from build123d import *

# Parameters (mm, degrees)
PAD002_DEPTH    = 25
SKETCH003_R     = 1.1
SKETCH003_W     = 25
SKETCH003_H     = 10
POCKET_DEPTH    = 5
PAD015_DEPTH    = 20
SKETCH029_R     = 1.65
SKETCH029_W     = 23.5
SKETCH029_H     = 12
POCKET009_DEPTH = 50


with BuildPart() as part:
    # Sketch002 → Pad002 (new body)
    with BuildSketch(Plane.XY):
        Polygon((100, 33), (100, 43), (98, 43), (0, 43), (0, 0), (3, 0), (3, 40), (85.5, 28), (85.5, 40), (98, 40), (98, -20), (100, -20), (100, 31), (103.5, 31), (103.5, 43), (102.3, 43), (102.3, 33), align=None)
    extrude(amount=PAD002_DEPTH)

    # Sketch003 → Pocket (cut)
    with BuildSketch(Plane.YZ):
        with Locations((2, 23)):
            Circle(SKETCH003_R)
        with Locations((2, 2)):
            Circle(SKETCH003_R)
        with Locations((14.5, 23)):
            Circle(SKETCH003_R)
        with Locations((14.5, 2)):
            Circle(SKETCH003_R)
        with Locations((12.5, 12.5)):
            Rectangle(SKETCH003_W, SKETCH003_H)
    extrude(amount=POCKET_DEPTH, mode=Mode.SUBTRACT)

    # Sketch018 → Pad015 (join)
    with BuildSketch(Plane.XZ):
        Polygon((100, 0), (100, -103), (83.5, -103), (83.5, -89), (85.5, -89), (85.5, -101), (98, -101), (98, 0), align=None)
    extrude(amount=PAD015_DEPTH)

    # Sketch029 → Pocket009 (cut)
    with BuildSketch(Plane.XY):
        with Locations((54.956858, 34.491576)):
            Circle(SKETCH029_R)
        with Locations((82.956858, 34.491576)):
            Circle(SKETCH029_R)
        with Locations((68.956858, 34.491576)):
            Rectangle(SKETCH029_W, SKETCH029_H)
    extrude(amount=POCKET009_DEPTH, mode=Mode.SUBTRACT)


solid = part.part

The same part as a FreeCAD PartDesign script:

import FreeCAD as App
import Part
import Sketcher
from FreeCAD import Vector


def add_polygon(sketch, points):
    """Adds a closed chain of lines whose ends are joined by coincident constraints."""
    first, n = sketch.GeometryCount, len(points)
    for a, b in zip(points, points[1:] + points[:1]):
        sketch.addGeometry(Part.LineSegment(App.Vector(*a, 0), App.Vector(*b, 0)), False)
    for i in range(n):
        sketch.addConstraint(Sketcher.Constraint("Coincident", first + i, 2, first + (i + 1) % n, 1))

doc = App.newDocument("Part")
body = doc.addObject("PartDesign::Body", "Body")

# Sketch on XY plane
sketch1 = body.newObject("Sketcher::SketchObject", "Sketch")
sketch1.AttachmentSupport = (doc.getObject("XY_Plane"), [""])
sketch1.MapMode = "FlatFace"
add_polygon(sketch1, [(100, 33), (100, 43), (0, 43), (0, 0), (3, 0), (3, 40), (85.5, 28), (85.5, 40), (98, 40), (98, -20), (100, -20), (100, 31), (103.5, 31), (103.5, 43), (102.3, 43), (102.3, 33)])  # lines 0-15
sketch1.addConstraint([
    Sketcher.Constraint("Vertical", 0),
    Sketcher.Constraint("Horizontal", 1),
    Sketcher.Constraint("Vertical", 2),
    Sketcher.Constraint("Horizontal", 3),
    Sketcher.Constraint("Vertical", 4),
    Sketcher.Constraint("Vertical", 6),
    Sketcher.Constraint("Horizontal", 7),
    Sketcher.Constraint("Vertical", 8),
    Sketcher.Constraint("Horizontal", 9),
    Sketcher.Constraint("Vertical", 10),
    Sketcher.Constraint("Horizontal", 11),
    Sketcher.Constraint("Vertical", 12),
    Sketcher.Constraint("Horizontal", 13),
    Sketcher.Constraint("Vertical", 14),
    Sketcher.Constraint("Horizontal", 15),
    Sketcher.Constraint("Coincident", 2, 2, -1, 1),
    Sketcher.Constraint("Horizontal", 4, 2, 6, 2),
    Sketcher.Constraint("Horizontal", 1, 2, 12, 2),
    Sketcher.Constraint("Vertical", 0, 2, 9, 2),
    Sketcher.Constraint("Equal", 6, 12),
    Sketcher.Constraint("DistanceX", 1, 2, 1, 1, 100.0),
    Sketcher.Constraint("DistanceX", 3, 1, 3, 2, 3.0),
    Sketcher.Constraint("DistanceX", 9, 1, 9, 2, 2.0),
    Sketcher.Constraint("DistanceY", 0, 1, 0, 2, 10.0),
    Sketcher.Constraint("DistanceY", 2, 2, 2, 1, 43.0),
    Sketcher.Constraint("DistanceY", 4, 1, 4, 2, 40.0),
    Sketcher.Constraint("DistanceY", 6, 1, 6, 2, 12.0),
    Sketcher.Constraint("DistanceY", 8, 2, 8, 1, 60.0),
    Sketcher.Constraint("DistanceX", 7, 1, 7, 2, 12.5),
    Sketcher.Constraint("DistanceX", 11, 1, 11, 2, 3.5),
    Sketcher.Constraint("DistanceX", 13, 2, 13, 1, 1.2),
])
pad1 = body.newObject("PartDesign::Pad", "Pad")
pad1.Profile = sketch1
pad1.Length = 25

# Sketch on YZ plane
sketch2 = body.newObject("Sketcher::SketchObject", "Sketch001")
sketch2.AttachmentSupport = (doc.getObject("YZ_Plane"), [""])
sketch2.MapMode = "FlatFace"
sketch2.addGeometry(Part.Circle(Vector(2, 23, 0), Vector(0, 0, 1), 1.1), False)  # 0
sketch2.addGeometry(Part.Circle(Vector(2, 2, 0), Vector(0, 0, 1), 1.1), False)  # 1
sketch2.addGeometry(Part.Circle(Vector(14.5, 23, 0), Vector(0, 0, 1), 1.1), False)  # 2
sketch2.addGeometry(Part.Circle(Vector(14.5, 2, 0), Vector(0, 0, 1), 1.1), False)  # 3
add_polygon(sketch2, [(0, 17.5), (0, 7.5), (25, 7.5), (25, 17.5)])  # lines 4-7
sketch2.addConstraint([
    Sketcher.Constraint("Vertical", 4),
    Sketcher.Constraint("Horizontal", 5),
    Sketcher.Constraint("Vertical", 6),
    Sketcher.Constraint("Horizontal", 7),
    Sketcher.Constraint("Equal", 0, 1),
    Sketcher.Constraint("Equal", 1, 2),
    Sketcher.Constraint("Equal", 2, 3),
    Sketcher.Constraint("PointOnObject", 4, 2, -2),
    Sketcher.Constraint("Horizontal", 0, 3, 2, 3),
    Sketcher.Constraint("Horizontal", 1, 3, 3, 3),
    Sketcher.Constraint("Vertical", 0, 3, 1, 3),
    Sketcher.Constraint("Vertical", 2, 3, 3, 3),
    Sketcher.Constraint("Diameter", 0, 2.2),
    Sketcher.Constraint("DistanceX", 5, 1, 5, 2, 25.0),
    Sketcher.Constraint("DistanceY", 4, 2, 4, 1, 10.0),
    Sketcher.Constraint("DistanceX", -1, 1, 0, 3, 2.0),
    Sketcher.Constraint("DistanceY", -1, 1, 0, 3, 23.0),
    Sketcher.Constraint("DistanceY", -1, 1, 1, 3, 2.0),
    Sketcher.Constraint("DistanceX", -1, 1, 2, 3, 14.5),
    Sketcher.Constraint("DistanceY", -1, 1, 4, 2, 7.5),
])
pocket1 = body.newObject("PartDesign::Pocket", "Pocket")
pocket1.Profile = sketch2
pocket1.Length = 5
pocket1.Reversed = True

# Sketch on XZ plane
sketch3 = body.newObject("Sketcher::SketchObject", "Sketch002")
sketch3.AttachmentSupport = (doc.getObject("XZ_Plane"), [""])
sketch3.MapMode = "FlatFace"
add_polygon(sketch3, [(100, -103), (100, 0), (98, 0), (98, -101), (85.5, -101), (85.5, -89), (83.5, -89), (83.5, -103)])  # lines 0-7
sketch3.addConstraint([
    Sketcher.Constraint("Vertical", 0),
    Sketcher.Constraint("Horizontal", 1),
    Sketcher.Constraint("Vertical", 2),
    Sketcher.Constraint("Horizontal", 3),
    Sketcher.Constraint("Vertical", 4),
    Sketcher.Constraint("Horizontal", 5),
    Sketcher.Constraint("Vertical", 6),
    Sketcher.Constraint("Horizontal", 7),
    Sketcher.Constraint("PointOnObject", 0, 2, -1),
    Sketcher.Constraint("Equal", 1, 5),
    Sketcher.Constraint("DistanceX", 1, 2, 1, 1, 2.0),
    Sketcher.Constraint("DistanceY", 0, 1, 0, 2, 103.0),
    Sketcher.Constraint("DistanceY", 2, 2, 2, 1, 101.0),
    Sketcher.Constraint("DistanceY", 4, 1, 4, 2, 12.0),
    Sketcher.Constraint("DistanceX", 3, 2, 3, 1, 12.5),
    Sketcher.Constraint("DistanceX", -1, 1, 0, 2, 100.0),
])
pad2 = body.newObject("PartDesign::Pad", "Pad001")
pad2.Profile = sketch3
pad2.Length = 20

# Sketch on XY plane
sketch4 = body.newObject("Sketcher::SketchObject", "Sketch003")
sketch4.AttachmentSupport = (doc.getObject("XY_Plane"), [""])
sketch4.MapMode = "FlatFace"
sketch4.addGeometry(Part.Circle(Vector(55, 34.5, 0), Vector(0, 0, 1), 1.6), False)  # 0
sketch4.addGeometry(Part.Circle(Vector(83, 34.5, 0), Vector(0, 0, 1), 1.6), False)  # 1
add_polygon(sketch4, [(57.2, 40.5), (57.2, 28.5), (80.7, 28.5), (80.7, 40.5)])  # lines 2-5
sketch4.addConstraint([
    Sketcher.Constraint("Vertical", 2),
    Sketcher.Constraint("Horizontal", 3),
    Sketcher.Constraint("Vertical", 4),
    Sketcher.Constraint("Horizontal", 5),
    Sketcher.Constraint("Equal", 0, 1),
    Sketcher.Constraint("Horizontal", 0, 3, 1, 3),
    Sketcher.Constraint("Diameter", 0, 3.3),
    Sketcher.Constraint("DistanceY", 2, 2, 2, 1, 12.0),
    Sketcher.Constraint("DistanceX", 3, 1, 3, 2, 23.5),
    Sketcher.Constraint("DistanceX", 0, 3, 1, 3, 28.0),
    Sketcher.Constraint("DistanceY", 2, 2, 0, 3, 6.0),
    Sketcher.Constraint("DistanceX", 0, 3, 2, 2, 2.25),
    Sketcher.Constraint("DistanceX", -1, 1, 0, 3, 54.956858),
    Sketcher.Constraint("DistanceY", -1, 1, 0, 3, 34.491576),
])
pocket2 = body.newObject("PartDesign::Pocket", "Pocket001")
pocket2.Profile = sketch4
pocket2.Length = 50
pocket2.Reversed = True

doc.recompute()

PROMPT:
All that is needed is the opening run of the data, given again exactly: please include every line from the first through the line with "POCKET009_DEPTH = 50", both ends kept.

SOLUTION TO THIS TASK:
from build123d import *

# Parameters (mm, degrees)
PAD002_DEPTH    = 25
SKETCH003_R     = 1.1
SKETCH003_W     = 25
SKETCH003_H     = 10
POCKET_DEPTH    = 5
PAD015_DEPTH    = 20
SKETCH029_R     = 1.65
SKETCH029_W     = 23.5
SKETCH029_H     = 12
POCKET009_DEPTH = 50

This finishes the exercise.